Девицы Спаркс должны были, по распоряжению мамы, занять большую комнату тоже в верхнем этаже, но на другой половине нашего дома.
— Видишь ли, Мэгги, — объяснила мама, когда мы с ней принялись за устройство моей спальни, — я полагаю, что тебе лучше всего разделить свою комнату с Люси Драммонд, а не с какой-либо другой девушкой, потому что ты с ней уже знакома.
— Ах, мама, — с трудом выговорила я, — мне это очень неприятно: эта Люси такая… такая краснощекая и самодовольная! — я прошла через комнату и присела на широкий подоконник. — Надеюсь, мне, по крайней мере, будет позволено сохранить свою собственную кровать?
— Не глупи, Мэгги, — совершенно спокойно отозвалась мама и, обратившись к горничной, приказала передвинуть мою кровать на новое место и поставить другую — для Люси.

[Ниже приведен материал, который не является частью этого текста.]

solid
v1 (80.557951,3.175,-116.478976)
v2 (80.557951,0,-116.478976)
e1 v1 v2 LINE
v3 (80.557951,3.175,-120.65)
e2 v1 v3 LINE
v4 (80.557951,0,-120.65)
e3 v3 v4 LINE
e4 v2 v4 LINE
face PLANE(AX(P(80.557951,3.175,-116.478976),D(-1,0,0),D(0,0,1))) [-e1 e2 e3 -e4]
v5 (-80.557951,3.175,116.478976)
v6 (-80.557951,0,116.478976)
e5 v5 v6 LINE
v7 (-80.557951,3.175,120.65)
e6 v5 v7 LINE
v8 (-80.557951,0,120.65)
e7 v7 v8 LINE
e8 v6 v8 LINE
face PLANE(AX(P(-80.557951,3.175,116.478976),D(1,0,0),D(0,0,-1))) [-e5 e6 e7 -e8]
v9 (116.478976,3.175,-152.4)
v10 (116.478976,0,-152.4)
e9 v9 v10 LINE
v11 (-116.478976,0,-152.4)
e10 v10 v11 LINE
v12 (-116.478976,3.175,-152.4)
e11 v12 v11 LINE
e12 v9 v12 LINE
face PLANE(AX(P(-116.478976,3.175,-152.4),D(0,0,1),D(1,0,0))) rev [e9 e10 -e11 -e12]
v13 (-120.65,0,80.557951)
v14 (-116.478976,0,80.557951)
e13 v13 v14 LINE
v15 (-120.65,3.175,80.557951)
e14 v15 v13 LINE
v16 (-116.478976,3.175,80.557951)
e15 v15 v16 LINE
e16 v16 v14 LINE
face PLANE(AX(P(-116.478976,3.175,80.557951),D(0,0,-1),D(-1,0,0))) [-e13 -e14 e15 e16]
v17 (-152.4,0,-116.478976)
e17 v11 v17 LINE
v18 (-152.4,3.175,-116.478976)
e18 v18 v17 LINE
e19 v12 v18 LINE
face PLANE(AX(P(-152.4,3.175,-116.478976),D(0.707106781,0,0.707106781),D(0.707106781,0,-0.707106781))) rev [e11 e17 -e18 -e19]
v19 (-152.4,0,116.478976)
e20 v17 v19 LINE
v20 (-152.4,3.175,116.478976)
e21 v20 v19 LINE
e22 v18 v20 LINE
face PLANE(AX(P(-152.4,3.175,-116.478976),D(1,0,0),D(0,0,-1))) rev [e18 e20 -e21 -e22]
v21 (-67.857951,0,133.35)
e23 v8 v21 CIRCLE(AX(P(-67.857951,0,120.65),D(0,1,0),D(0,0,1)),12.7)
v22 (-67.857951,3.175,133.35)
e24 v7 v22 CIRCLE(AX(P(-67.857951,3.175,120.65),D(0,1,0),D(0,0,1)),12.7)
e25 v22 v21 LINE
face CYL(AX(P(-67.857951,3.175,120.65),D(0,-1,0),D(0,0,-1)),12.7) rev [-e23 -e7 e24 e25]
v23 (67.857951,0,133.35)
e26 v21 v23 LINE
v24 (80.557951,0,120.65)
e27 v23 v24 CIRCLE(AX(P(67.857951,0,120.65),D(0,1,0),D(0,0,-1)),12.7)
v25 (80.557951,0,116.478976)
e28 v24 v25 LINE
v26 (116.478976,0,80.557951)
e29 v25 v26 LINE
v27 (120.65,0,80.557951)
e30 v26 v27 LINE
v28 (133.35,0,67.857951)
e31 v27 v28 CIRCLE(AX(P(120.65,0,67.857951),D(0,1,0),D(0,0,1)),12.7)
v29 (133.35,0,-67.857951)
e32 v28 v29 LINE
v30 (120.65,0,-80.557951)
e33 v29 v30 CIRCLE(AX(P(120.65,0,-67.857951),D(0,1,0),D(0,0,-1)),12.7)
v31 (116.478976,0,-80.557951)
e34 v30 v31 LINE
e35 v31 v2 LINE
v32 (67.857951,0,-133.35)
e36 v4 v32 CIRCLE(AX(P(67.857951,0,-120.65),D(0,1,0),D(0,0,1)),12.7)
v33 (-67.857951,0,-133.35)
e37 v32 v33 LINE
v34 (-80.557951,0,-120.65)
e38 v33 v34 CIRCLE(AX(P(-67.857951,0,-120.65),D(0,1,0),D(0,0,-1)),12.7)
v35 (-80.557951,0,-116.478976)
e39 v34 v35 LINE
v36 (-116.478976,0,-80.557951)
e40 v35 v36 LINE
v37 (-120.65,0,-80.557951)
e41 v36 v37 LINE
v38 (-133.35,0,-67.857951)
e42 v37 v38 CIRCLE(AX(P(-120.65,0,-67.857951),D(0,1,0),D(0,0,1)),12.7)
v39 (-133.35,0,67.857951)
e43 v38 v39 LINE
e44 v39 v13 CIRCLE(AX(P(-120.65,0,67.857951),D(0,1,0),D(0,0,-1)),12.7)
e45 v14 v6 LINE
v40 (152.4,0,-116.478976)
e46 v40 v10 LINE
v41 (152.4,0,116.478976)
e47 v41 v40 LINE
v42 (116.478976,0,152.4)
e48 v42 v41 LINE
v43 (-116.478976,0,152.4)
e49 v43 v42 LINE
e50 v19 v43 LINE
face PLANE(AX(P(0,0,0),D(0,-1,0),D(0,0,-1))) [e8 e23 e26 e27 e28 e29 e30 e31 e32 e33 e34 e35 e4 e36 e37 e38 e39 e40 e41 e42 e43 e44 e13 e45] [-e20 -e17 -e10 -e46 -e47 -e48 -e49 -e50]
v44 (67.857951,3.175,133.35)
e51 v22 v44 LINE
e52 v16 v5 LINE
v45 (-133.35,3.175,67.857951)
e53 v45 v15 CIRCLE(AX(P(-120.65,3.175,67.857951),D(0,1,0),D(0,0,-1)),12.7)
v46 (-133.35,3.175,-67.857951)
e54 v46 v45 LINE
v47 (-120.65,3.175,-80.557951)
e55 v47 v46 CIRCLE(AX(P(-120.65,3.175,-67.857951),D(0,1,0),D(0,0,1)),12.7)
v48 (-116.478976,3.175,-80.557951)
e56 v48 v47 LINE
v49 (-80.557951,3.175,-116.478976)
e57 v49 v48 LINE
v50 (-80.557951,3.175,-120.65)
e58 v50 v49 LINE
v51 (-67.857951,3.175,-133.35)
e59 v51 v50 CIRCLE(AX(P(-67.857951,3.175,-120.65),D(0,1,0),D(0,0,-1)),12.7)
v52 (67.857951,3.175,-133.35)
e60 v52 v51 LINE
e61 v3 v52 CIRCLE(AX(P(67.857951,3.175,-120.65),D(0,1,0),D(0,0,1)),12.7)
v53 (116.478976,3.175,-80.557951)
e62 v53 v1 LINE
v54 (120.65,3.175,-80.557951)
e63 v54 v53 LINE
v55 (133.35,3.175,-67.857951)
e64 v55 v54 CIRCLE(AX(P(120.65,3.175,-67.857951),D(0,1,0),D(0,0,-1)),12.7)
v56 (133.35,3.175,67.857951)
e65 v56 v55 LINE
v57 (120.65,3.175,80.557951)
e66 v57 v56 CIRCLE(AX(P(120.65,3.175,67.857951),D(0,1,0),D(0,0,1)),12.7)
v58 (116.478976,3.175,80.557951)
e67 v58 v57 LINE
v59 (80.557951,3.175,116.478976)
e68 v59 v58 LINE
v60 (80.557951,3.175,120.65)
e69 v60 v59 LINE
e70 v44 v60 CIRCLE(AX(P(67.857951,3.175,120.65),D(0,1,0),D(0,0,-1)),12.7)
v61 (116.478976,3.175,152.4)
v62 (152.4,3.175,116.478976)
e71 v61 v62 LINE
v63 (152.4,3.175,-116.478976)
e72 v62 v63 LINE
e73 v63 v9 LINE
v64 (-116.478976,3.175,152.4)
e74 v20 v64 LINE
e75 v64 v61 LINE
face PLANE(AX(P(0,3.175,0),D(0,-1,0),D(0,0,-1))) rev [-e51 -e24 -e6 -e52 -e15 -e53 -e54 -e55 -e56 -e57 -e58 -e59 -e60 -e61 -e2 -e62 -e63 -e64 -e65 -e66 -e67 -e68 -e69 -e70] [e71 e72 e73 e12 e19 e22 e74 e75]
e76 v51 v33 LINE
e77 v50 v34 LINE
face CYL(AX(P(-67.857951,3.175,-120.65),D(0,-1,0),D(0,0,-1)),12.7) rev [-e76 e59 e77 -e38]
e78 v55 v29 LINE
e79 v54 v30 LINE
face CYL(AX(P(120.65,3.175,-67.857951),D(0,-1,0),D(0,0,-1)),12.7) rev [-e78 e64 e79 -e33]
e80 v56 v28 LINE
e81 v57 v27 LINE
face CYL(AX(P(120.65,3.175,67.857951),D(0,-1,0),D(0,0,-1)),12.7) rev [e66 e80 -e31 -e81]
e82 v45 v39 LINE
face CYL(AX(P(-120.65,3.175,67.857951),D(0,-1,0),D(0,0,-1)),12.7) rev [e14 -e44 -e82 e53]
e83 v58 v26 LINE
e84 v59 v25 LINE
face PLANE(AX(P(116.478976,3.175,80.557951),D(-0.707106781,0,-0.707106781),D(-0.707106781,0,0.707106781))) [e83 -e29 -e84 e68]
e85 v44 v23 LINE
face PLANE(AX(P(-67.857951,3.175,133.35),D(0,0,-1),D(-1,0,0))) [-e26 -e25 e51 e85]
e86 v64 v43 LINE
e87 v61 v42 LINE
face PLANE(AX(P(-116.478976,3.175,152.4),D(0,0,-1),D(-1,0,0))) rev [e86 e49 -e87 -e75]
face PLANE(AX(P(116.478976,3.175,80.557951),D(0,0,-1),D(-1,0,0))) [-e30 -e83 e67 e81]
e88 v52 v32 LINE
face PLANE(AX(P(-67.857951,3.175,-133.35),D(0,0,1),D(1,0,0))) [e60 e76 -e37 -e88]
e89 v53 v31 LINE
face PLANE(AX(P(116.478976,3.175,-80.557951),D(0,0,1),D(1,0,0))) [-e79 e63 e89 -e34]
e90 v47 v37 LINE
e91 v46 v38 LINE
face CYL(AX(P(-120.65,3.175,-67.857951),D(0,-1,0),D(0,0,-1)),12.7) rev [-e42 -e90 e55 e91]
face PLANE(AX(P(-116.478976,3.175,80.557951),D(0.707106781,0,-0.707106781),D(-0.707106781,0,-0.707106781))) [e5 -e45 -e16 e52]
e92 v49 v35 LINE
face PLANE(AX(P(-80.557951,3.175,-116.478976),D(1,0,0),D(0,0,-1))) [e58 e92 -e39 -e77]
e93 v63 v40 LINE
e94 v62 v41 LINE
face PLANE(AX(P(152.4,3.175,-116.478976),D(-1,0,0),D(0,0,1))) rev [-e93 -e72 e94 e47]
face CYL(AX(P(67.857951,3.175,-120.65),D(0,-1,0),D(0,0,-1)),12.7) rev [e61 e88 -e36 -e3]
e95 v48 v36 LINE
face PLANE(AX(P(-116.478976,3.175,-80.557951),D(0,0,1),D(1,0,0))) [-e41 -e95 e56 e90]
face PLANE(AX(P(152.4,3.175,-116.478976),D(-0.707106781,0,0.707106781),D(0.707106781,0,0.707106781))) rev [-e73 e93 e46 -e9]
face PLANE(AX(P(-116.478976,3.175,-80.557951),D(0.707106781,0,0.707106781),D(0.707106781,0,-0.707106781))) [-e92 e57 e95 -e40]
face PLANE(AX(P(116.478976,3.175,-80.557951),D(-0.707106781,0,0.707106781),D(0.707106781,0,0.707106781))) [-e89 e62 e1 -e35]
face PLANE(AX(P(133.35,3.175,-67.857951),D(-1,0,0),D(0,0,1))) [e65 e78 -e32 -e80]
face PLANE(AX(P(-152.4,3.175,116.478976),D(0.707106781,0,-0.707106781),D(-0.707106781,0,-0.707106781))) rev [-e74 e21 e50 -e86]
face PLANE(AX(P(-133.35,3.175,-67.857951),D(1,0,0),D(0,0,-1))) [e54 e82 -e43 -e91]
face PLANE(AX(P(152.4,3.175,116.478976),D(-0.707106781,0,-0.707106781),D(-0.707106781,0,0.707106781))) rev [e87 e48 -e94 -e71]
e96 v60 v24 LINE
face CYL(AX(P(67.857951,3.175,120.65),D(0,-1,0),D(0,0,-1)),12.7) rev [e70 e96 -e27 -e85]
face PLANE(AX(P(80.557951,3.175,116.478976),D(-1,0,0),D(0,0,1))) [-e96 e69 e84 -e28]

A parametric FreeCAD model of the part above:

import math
import FreeCAD as App
import Part
import Sketcher

V = App.Vector
Q = App.Units.Quantity

doc = App.newDocument("Part")
body = doc.addObject("PartDesign::Body", "Body")

# Sketch on XZ plane
sketch1 = body.newObject("Sketcher::SketchObject", "Sketch")
sketch1.AttachmentSupport = (doc.getObject("XZ_Plane"), [""])
sketch1.MapMode = "FlatFace"
sketch1.addGeometry([
    Part.LineSegment(V(-116.5, -152.4, 0), V(-152.4, -116.5, 0)),  # 0
    Part.LineSegment(V(-152.4, -116.5, 0), V(-152.4, 116.5, 0)),  # 1
    Part.LineSegment(V(-152.4, 116.5, 0), V(-116.5, 152.4, 0)),  # 2
    Part.LineSegment(V(-116.5, 152.4, 0), V(116.5, 152.4, 0)),  # 3
    Part.LineSegment(V(116.5, 152.4, 0), V(152.4, 116.5, 0)),  # 4
    Part.LineSegment(V(152.4, 116.5, 0), V(152.4, -116.5, 0)),  # 5
    Part.LineSegment(V(152.4, -116.5, 0), V(116.5, -152.4, 0)),  # 6
    Part.LineSegment(V(116.5, -152.4, 0), V(-116.5, -152.4, 0)),  # 7
    Part.LineSegment(V(-116.5, -80.6, 0), V(-80.6, -116.5, 0)),  # 8
    Part.LineSegment(V(-80.6, -116.5, 0), V(-80.6, -120.7, 0)),  # 9
    Part.ArcOfCircle(Part.Circle(V(-67.9, -120.7, 0), V(0, 0, 1), 12.7), math.radians(180), math.radians(270)),  # 10
    Part.LineSegment(V(-67.9, -133.3, 0), V(67.9, -133.3, 0)),  # 11
    Part.ArcOfCircle(Part.Circle(V(67.9, -120.7, 0), V(0, 0, 1), 12.7), math.radians(-90), math.radians(0)),  # 12
    Part.LineSegment(V(80.6, -120.7, 0), V(80.6, -116.5, 0)),  # 13
    Part.LineSegment(V(80.6, -116.5, 0), V(116.5, -80.6, 0)),  # 14
    Part.LineSegment(V(116.5, -80.6, 0), V(120.7, -80.6, 0)),  # 15
    Part.ArcOfCircle(Part.Circle(V(120.7, -67.9, 0), V(0, 0, 1), 12.7), math.radians(-90), math.radians(0)),  # 16
    Part.LineSegment(V(133.3, -67.9, 0), V(133.3, 67.9, 0)),  # 17
    Part.ArcOfCircle(Part.Circle(V(120.7, 67.9, 0), V(0, 0, 1), 12.7), math.radians(0), math.radians(90)),  # 18
    Part.LineSegment(V(120.7, 80.6, 0), V(116.5, 80.6, 0)),  # 19
    Part.LineSegment(V(116.5, 80.6, 0), V(80.6, 116.5, 0)),  # 20
    Part.LineSegment(V(80.6, 116.5, 0), V(80.6, 120.7, 0)),  # 21
    Part.ArcOfCircle(Part.Circle(V(67.9, 120.7, 0), V(0, 0, 1), 12.7), math.radians(0), math.radians(90)),  # 22
    Part.LineSegment(V(67.9, 133.3, 0), V(-67.9, 133.3, 0)),  # 23
    Part.ArcOfCircle(Part.Circle(V(-67.9, 120.7, 0), V(0, 0, 1), 12.7), math.radians(90), math.radians(180)),  # 24
    Part.LineSegment(V(-80.6, 120.7, 0), V(-80.6, 116.5, 0)),  # 25
    Part.LineSegment(V(-80.6, 116.5, 0), V(-116.5, 80.6, 0)),  # 26
    Part.LineSegment(V(-116.5, 80.6, 0), V(-120.7, 80.6, 0)),  # 27
    Part.ArcOfCircle(Part.Circle(V(-120.7, 67.9, 0), V(0, 0, 1), 12.7), math.radians(90), math.radians(180)),  # 28
    Part.LineSegment(V(-133.3, 67.9, 0), V(-133.3, -67.9, 0)),  # 29
    Part.ArcOfCircle(Part.Circle(V(-120.7, -67.9, 0), V(0, 0, 1), 12.7), math.radians(180), math.radians(270)),  # 30
    Part.LineSegment(V(-120.7, -80.6, 0), V(-116.5, -80.6, 0)),  # 31
], False)
sketch1.addConstraint([
    Sketcher.Constraint("Coincident", 0, 2, 1, 1),
    Sketcher.Constraint("Coincident", 1, 2, 2, 1),
    Sketcher.Constraint("Coincident", 2, 2, 3, 1),
    Sketcher.Constraint("Coincident", 3, 2, 4, 1),
    Sketcher.Constraint("Coincident", 4, 2, 5, 1),
    Sketcher.Constraint("Coincident", 5, 2, 6, 1),
    Sketcher.Constraint("Coincident", 6, 2, 7, 1),
    Sketcher.Constraint("Coincident", 7, 2, 0, 1),
    Sketcher.Constraint("Coincident", 8, 2, 9, 1),
    Sketcher.Constraint("Tangent", 9, 2, 10, 1),
    Sketcher.Constraint("Tangent", 10, 2, 11, 1),
    Sketcher.Constraint("Tangent", 11, 2, 12, 1),
    Sketcher.Constraint("Tangent", 12, 2, 13, 1),
    Sketcher.Constraint("Coincident", 13, 2, 14, 1),
    Sketcher.Constraint("Coincident", 14, 2, 15, 1),
    Sketcher.Constraint("Tangent", 15, 2, 16, 1),
    Sketcher.Constraint("Tangent", 16, 2, 17, 1),
    Sketcher.Constraint("Tangent", 17, 2, 18, 1),
    Sketcher.Constraint("Tangent", 18, 2, 19, 1),
    Sketcher.Constraint("Coincident", 19, 2, 20, 1),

Пока горничная с мамой хлопотали, я сидела на подоконнике в угрюмом молчании. Несмотря на мое обещание папе, что я буду стараться побороть себя, мне было страшно обидно: кто-то станет хозяйничать в моей комнате и даже моя кровать будет сдвинута с привычного места. Я чувствовала, что одна эта перемена изменит всю мою жизнь: просыпаясь по утрам, я уже не смогу, лежа в своей кровати, видеть ни гнездо реполова, свитое им в кустах около нашего дома, ни тонкую верхушку церковного шпиля, ни розы у крыльца дома, ни вьющиеся растения на низкой ограде, обрамляющей сад.
— Да что с тобой, Мэгги? — спросила мама. — Раз уж ты изъявила свое согласие и решила примириться с пребыванием у нас этих девиц, так, пожалуйста, не выходи из себя по таким пустякам, как перестановка кровати.
— Нет-нет, мама! — воскликнула я и, сделав над собой усилие, вскочила со своего места.
Еще за завтраком мама рассказала о некоторых других своих распоряжениях, отданных ею, чтобы сделать жизнь наших гостей по возможности приятной. Между прочим, мама уже условилась с одной преподавательницей естественных наук, которая должна была ежедневно заниматься с нами, пятью девицами, с учительницей немецкого языка, с учителями музыки и рисования.
— Таким образом, Мэгги, — заключила мама, — я радуюсь тому, что ты получишь всестороннее образование, да и всем вам будет веселее вместе и учиться, и развлекаться в часы вашего досуга.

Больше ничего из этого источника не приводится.